2. The non-contact collaborative artificial intelligence analysis system according to claim 1, characterized in that, The training data acquisition module includes several video recording devices and audio recording devices, which are arranged around the experimenters.

3. The non-contact collaborative artificial intelligence analysis system according to claim 1, characterized in that, The interpretable character behavior features include skeletal behavior features and / or relative position features.

4. A screening and scoring method for developmental disorders in children, characterized in that, The non-contact, collaborative artificial intelligence analysis system as described in any one of claims 1 to 3 includes the following steps: Training phase: Collect experimental data, input the experimental data into the non-contact collaborative artificial intelligence analysis system for training to obtain a fusion prediction large model, and obtain a small model through a lightweight module; Prediction phase: Observation is carried out using an integrated data collection table, with a camera installed in the middle of the table and / or a side camera placed outside the table that can observe the activities of the caregiver and the child; The caregiver and the child sit facing each other and play, with toys placed on the collection table, including: picture books, cardboard boxes, animal models, paintbrushes, drawing paper, and hand puppets; Once recording mode is activated, caregivers and children use the collection table as their activity area and the provided toys as their tools to conduct experimental activities. The scoring data obtained during the recording process is input into the small model to obtain a prediction of the interaction score between the two people.

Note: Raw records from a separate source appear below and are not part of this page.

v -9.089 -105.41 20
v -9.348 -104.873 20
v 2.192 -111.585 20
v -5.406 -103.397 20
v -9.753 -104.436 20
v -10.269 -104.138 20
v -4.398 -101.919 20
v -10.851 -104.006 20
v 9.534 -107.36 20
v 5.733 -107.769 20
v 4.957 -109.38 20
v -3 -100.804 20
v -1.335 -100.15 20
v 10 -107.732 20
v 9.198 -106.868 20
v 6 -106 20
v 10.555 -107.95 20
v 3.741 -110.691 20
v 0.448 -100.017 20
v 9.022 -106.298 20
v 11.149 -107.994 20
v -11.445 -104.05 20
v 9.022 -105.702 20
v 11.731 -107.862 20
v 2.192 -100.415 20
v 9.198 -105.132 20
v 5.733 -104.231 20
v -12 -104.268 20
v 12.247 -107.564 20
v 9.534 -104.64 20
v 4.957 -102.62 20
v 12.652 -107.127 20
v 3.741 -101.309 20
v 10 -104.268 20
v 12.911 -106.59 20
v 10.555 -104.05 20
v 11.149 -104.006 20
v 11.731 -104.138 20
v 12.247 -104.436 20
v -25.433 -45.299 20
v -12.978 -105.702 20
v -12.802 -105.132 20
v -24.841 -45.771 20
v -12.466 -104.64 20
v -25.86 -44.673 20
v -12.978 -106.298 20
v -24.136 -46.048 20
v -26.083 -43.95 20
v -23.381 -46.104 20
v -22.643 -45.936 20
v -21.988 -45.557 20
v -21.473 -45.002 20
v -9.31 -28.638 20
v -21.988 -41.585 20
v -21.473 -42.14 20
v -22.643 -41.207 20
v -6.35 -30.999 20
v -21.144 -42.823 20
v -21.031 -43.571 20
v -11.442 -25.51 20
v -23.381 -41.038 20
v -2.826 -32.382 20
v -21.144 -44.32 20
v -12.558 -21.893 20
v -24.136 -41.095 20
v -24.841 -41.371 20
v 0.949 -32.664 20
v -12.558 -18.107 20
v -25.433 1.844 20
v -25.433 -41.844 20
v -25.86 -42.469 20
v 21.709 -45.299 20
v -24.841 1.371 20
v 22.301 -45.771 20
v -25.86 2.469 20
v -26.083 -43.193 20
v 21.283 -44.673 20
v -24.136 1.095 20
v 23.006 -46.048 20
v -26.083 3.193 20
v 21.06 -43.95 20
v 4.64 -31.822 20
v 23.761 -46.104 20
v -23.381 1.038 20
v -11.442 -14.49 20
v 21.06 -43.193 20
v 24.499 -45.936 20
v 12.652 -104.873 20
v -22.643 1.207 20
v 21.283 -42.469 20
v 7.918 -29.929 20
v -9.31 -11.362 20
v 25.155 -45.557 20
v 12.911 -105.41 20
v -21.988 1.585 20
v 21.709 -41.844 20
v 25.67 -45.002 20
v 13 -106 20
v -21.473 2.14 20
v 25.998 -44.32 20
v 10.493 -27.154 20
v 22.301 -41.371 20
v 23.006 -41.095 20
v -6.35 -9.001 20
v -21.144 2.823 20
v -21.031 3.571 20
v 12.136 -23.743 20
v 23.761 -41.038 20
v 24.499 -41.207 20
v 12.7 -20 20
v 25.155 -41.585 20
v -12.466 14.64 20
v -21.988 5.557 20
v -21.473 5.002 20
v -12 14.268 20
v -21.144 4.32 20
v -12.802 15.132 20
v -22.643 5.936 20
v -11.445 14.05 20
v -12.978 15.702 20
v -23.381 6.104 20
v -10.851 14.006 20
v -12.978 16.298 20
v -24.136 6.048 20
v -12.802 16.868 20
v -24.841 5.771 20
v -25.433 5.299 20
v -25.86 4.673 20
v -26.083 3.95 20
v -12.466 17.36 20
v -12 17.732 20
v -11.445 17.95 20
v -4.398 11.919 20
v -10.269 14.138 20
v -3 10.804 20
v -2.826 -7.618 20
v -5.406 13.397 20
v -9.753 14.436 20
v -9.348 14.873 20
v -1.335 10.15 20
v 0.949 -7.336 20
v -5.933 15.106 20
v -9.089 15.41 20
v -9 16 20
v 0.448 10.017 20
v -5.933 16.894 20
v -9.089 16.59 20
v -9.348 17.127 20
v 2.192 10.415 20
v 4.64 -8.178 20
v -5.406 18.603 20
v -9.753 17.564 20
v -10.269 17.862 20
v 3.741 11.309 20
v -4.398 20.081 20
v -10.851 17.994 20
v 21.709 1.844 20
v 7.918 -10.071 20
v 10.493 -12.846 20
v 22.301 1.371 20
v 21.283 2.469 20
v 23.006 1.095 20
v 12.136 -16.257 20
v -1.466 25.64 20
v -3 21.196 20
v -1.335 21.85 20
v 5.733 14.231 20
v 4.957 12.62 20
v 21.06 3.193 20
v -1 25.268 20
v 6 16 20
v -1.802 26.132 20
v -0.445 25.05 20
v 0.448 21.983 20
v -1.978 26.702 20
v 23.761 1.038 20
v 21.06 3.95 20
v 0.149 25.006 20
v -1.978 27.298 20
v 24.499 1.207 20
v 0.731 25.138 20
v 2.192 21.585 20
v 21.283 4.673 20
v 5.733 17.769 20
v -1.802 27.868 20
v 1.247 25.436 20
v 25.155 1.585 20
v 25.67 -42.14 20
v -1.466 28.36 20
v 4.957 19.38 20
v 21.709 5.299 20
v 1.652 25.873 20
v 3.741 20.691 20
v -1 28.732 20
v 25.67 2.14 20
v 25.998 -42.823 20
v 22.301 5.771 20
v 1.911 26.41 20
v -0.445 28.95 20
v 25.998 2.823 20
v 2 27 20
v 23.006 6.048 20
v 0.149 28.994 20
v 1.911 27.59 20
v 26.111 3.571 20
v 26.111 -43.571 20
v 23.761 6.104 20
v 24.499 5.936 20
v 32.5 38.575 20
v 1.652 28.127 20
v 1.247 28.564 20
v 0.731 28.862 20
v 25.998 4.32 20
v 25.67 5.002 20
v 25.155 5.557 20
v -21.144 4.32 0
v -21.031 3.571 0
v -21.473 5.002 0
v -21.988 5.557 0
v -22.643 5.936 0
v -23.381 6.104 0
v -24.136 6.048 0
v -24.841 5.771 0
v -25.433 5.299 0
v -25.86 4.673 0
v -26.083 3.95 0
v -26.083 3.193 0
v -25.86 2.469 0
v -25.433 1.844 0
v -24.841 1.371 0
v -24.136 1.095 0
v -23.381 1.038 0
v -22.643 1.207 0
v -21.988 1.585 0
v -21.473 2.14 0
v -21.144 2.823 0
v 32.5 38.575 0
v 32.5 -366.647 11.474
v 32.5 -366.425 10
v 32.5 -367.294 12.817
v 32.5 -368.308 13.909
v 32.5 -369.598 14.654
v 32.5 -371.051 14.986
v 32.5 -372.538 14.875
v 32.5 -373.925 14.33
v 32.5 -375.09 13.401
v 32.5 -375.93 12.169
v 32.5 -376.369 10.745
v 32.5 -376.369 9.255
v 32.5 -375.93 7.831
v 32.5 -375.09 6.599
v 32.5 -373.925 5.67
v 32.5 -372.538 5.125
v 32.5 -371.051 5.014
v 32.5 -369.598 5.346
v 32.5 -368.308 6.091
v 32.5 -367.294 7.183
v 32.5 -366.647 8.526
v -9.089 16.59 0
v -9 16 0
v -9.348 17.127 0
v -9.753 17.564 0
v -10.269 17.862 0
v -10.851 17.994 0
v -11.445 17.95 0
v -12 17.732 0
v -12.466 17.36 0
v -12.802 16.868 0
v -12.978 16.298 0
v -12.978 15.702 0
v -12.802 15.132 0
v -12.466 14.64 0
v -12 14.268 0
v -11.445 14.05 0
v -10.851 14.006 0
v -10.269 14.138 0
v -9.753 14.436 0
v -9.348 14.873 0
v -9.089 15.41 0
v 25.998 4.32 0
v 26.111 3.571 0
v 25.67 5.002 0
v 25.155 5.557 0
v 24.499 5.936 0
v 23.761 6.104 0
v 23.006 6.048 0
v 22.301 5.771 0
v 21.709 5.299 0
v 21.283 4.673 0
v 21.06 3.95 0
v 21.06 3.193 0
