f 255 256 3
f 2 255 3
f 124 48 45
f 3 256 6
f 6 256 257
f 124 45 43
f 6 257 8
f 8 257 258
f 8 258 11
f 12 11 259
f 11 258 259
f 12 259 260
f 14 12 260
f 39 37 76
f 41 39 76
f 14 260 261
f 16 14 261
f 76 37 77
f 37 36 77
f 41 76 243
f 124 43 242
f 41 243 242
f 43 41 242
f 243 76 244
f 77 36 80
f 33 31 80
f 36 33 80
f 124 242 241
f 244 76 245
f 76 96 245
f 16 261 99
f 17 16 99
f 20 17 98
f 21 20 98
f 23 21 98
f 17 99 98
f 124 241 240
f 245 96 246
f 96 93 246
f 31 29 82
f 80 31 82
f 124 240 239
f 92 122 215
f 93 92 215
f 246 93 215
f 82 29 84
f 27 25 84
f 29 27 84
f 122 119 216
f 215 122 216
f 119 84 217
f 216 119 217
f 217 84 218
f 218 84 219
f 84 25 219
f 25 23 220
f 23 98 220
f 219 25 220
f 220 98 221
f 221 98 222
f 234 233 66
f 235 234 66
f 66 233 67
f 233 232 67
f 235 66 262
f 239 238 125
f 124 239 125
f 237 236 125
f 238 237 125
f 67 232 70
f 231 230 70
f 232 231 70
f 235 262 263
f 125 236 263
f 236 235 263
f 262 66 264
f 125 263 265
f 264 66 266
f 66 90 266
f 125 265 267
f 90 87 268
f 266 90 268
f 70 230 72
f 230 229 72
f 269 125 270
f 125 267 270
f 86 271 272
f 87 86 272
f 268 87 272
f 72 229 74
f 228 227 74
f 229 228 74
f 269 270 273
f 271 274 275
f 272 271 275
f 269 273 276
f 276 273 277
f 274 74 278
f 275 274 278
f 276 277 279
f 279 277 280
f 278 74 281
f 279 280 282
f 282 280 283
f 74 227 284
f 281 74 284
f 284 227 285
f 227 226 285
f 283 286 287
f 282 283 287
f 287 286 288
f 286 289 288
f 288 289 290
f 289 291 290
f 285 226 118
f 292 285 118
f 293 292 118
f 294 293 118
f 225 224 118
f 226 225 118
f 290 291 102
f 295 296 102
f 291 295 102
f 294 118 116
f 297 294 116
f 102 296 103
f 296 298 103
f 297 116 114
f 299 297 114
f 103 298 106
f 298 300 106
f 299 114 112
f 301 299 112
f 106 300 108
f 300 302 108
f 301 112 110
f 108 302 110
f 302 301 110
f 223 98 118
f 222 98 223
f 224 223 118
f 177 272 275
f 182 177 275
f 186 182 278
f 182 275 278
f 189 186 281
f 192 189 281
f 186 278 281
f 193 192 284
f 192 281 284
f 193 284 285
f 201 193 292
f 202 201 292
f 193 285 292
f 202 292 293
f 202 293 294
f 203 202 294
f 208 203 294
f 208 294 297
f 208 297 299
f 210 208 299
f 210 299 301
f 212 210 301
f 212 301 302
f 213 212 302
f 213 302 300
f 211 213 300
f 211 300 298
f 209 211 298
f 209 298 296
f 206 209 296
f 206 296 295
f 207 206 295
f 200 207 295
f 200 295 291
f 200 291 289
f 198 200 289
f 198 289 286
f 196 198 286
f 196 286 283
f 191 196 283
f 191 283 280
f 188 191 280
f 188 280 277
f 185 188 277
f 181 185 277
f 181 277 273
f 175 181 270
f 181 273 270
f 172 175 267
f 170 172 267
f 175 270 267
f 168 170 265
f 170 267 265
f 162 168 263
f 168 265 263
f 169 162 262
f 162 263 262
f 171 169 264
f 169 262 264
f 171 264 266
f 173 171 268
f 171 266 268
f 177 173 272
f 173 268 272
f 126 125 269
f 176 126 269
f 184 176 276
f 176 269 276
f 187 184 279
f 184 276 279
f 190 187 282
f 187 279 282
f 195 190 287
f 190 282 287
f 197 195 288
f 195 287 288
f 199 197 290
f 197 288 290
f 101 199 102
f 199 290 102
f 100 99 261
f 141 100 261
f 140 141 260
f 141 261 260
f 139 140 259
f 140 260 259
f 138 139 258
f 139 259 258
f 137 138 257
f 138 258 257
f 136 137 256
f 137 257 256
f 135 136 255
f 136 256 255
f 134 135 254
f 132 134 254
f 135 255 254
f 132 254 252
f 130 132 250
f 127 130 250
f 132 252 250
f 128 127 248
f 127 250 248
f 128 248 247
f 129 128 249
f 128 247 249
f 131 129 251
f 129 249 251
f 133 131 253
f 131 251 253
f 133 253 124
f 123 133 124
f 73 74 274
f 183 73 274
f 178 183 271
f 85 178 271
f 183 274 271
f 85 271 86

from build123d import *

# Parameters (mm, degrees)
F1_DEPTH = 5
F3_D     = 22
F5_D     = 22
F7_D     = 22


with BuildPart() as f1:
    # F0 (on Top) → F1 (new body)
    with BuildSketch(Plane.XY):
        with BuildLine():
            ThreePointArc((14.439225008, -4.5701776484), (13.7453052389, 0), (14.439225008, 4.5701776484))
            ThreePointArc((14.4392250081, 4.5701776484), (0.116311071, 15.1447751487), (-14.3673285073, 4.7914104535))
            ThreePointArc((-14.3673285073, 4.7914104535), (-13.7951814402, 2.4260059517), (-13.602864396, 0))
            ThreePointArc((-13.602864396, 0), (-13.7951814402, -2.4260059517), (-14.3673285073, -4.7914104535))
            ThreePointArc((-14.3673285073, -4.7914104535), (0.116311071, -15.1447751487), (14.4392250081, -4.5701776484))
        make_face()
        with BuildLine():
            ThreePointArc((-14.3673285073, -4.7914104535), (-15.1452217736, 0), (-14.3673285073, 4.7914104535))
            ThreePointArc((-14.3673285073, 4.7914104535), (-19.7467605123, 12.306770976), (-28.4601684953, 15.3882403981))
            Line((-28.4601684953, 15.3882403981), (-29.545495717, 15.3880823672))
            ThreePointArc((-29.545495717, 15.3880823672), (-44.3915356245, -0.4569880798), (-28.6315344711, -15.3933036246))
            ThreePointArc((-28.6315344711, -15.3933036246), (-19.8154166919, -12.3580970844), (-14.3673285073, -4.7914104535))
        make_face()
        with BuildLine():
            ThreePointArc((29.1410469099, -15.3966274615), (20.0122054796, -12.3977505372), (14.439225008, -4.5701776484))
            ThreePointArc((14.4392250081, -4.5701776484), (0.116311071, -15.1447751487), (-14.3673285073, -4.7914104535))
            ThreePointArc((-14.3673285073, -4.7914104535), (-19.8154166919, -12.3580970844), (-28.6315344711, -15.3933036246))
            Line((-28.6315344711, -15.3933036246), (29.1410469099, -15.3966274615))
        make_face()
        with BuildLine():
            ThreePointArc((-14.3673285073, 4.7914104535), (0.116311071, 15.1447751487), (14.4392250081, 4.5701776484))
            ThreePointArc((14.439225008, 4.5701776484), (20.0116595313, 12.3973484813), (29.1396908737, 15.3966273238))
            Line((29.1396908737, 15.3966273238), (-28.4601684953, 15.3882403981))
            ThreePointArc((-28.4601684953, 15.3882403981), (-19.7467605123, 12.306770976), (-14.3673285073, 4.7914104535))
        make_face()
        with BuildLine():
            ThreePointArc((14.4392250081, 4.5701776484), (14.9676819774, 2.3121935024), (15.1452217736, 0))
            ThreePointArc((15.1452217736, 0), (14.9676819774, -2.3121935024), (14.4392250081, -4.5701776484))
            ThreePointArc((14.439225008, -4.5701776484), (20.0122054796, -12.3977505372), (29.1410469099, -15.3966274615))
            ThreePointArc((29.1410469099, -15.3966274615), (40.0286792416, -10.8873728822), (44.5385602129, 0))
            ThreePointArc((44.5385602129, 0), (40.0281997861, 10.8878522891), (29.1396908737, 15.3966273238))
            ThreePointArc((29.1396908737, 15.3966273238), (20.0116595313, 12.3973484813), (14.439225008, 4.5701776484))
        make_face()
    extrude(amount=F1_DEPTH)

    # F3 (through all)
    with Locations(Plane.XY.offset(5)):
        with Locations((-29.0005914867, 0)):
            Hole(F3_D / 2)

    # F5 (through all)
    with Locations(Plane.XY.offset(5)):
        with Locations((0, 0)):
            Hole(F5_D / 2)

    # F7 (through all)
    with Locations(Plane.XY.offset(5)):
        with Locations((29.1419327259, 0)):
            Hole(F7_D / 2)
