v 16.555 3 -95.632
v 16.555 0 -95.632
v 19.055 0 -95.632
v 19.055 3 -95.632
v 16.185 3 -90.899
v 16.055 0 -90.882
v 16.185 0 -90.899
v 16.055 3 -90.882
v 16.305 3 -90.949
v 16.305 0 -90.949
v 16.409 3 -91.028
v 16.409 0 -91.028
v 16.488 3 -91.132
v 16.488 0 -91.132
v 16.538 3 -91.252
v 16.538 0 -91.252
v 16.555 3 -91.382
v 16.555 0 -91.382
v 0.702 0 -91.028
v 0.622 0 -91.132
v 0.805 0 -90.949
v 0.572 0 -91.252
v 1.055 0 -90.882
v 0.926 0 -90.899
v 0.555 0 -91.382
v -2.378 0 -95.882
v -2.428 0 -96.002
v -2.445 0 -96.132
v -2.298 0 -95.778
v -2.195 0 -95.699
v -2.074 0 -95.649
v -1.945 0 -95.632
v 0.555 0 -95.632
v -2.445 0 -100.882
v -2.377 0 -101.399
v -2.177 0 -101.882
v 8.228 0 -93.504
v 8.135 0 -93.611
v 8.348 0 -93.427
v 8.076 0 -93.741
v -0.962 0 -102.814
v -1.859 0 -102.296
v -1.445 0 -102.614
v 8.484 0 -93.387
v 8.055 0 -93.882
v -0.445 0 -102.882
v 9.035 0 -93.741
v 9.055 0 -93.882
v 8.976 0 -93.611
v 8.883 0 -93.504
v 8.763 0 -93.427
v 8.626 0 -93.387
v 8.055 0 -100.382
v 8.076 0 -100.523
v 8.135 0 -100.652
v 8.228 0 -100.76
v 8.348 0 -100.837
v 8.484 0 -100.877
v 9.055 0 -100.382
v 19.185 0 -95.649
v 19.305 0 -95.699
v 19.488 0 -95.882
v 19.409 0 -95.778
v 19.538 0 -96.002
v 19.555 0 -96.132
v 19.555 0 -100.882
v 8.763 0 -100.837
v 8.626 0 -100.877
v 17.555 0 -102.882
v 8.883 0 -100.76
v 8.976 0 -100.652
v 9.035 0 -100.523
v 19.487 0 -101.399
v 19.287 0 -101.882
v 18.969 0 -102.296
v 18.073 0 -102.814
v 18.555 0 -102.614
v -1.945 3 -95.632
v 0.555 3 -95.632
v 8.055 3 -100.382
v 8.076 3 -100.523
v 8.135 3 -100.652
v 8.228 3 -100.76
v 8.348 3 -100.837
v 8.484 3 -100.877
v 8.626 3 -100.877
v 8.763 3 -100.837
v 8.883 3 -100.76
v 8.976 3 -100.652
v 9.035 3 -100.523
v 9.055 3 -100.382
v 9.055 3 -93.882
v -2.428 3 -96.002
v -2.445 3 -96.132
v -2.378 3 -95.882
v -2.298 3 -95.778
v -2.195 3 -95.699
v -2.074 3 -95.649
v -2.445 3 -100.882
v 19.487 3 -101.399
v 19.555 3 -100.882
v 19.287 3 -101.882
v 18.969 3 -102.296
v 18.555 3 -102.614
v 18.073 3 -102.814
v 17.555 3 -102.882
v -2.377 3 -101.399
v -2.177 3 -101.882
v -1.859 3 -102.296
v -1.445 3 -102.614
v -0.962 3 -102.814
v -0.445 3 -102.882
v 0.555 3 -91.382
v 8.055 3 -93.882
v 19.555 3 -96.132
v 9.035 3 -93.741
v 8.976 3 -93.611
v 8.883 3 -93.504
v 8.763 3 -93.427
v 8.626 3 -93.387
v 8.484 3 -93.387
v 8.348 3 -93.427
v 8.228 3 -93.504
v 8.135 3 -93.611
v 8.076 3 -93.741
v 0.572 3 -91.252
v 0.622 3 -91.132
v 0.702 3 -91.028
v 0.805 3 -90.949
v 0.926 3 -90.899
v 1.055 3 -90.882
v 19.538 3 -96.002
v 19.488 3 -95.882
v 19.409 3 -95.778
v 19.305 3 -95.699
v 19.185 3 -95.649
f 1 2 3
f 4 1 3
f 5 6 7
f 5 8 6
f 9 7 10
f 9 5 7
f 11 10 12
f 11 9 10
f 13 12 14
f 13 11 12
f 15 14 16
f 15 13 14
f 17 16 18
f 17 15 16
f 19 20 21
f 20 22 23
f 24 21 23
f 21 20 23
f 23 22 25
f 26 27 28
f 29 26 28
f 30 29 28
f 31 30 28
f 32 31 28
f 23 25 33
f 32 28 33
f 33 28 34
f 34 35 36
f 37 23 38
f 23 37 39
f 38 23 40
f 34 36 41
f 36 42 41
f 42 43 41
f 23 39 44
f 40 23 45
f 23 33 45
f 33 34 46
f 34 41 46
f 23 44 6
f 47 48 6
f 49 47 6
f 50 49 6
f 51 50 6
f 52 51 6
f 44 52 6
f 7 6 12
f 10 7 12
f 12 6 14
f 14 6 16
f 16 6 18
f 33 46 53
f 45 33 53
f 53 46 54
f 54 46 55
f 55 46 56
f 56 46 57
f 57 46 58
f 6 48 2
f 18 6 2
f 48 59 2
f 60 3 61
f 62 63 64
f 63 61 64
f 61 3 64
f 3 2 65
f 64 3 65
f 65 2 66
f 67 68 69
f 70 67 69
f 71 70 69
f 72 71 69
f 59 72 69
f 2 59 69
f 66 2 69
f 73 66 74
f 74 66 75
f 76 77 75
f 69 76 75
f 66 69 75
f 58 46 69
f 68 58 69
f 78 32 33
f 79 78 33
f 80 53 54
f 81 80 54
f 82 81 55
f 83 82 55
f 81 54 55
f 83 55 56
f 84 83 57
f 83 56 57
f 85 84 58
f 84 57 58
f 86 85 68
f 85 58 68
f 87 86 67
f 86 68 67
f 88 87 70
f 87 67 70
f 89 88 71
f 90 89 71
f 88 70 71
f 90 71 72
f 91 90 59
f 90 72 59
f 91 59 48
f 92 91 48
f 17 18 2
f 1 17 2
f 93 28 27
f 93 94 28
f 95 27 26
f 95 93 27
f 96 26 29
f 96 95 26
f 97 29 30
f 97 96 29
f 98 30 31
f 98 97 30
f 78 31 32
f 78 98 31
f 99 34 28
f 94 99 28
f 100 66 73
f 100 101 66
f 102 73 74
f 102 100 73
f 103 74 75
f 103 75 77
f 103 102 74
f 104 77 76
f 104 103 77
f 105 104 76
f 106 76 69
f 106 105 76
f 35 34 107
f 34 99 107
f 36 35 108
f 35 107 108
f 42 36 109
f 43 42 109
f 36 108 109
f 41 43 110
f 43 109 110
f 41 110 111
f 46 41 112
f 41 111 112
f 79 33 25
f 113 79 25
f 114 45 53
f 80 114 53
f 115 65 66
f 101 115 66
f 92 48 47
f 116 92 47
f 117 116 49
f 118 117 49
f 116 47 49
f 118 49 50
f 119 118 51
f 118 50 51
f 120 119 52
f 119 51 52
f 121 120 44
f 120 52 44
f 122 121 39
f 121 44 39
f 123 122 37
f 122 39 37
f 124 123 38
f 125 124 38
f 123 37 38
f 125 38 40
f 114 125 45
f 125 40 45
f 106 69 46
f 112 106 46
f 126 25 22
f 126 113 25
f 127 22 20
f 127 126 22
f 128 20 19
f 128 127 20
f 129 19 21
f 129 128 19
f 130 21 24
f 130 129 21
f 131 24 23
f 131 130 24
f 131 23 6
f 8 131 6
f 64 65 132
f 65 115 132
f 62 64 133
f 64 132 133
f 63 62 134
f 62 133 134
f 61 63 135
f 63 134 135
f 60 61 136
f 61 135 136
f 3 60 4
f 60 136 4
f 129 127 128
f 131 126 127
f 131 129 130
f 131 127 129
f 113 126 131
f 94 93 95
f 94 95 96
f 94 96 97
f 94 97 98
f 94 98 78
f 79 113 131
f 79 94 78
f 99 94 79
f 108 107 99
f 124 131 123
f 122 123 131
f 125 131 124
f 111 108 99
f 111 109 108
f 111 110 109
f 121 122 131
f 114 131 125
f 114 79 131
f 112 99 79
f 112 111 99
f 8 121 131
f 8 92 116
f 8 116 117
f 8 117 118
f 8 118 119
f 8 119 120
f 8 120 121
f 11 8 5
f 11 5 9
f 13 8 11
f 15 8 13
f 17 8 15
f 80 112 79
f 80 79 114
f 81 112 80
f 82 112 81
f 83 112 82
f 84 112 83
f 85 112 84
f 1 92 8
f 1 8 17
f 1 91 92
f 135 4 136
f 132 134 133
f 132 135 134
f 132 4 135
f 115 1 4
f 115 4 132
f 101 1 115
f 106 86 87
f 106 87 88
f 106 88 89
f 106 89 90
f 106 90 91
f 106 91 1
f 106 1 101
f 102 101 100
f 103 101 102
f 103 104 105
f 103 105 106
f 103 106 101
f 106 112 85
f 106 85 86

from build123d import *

# Parameters (mm, degrees)
BOSS_EXTRUDE1_DEPTH = 3
FILLET1_R           = 2
FILLET2_R           = 0.5


with BuildPart() as part:
    # Sketch1 → Boss-Extrude1 (new body)
    with BuildSketch(Plane(origin=(0, 0, 0), x_dir=(1, 0, 0), z_dir=(0, 1, 0))):
        Polygon((0.555255475, 90.8817274), (16.555255475, 90.8817274), (16.555255475, 95.6317274), (19.555255475, 95.6317274), (19.555255475, 102.8817274), (-2.444744525, 102.8817274), (-2.444744525, 95.6317274), (0.555255475, 95.6317274), align=None)
        with BuildLine():
            ThreePointArc((8.055255475, 100.3817274), (8.555255475, 100.8817274), (9.055255475, 100.3817274))
            Line((9.055255475, 100.3817274), (9.055255475, 93.8817274))
            ThreePointArc((9.055255475, 93.8817274), (8.555255475, 93.3817274), (8.055255475, 93.8817274))
            Line((8.055255475, 93.8817274), (8.055255475, 100.3817274))
        make_face(mode=Mode.SUBTRACT)
    extrude(amount=BOSS_EXTRUDE1_DEPTH)

    # Fillet1
    fillet1_edges = [part.edges().sort_by_distance(p)[0] for p in [
        (-2.444744525, 1.5, -102.8817274),
        (19.555255475, 1.5, -102.8817274),
    ]]
    fillet(fillet1_edges, radius=FILLET1_R)

    # Fillet2
    fillet2_edges = [part.edges().sort_by_distance(p)[0] for p in [
        (-2.444744525, 1.5, -95.6317274),
        (19.555255475, 1.5, -95.6317274),
        (16.555255475, 1.5, -90.8817274),
        (0.555255475, 1.5, -90.8817274),
    ]]
    fillet(fillet2_edges, radius=FILLET2_R)


solid = part.part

5. The method for screening and scoring developmental disorders in children according to claim 4, characterized in that, The experimental activities include: Caregivers use picture books to tell stories to children and interact with them about the stories. Caregivers and children use cardboard stacking games; Caregivers raced animal models against children; Caregivers accompany children as they draw with paintbrushes; Caregivers and children take turns telling stories using hand puppets.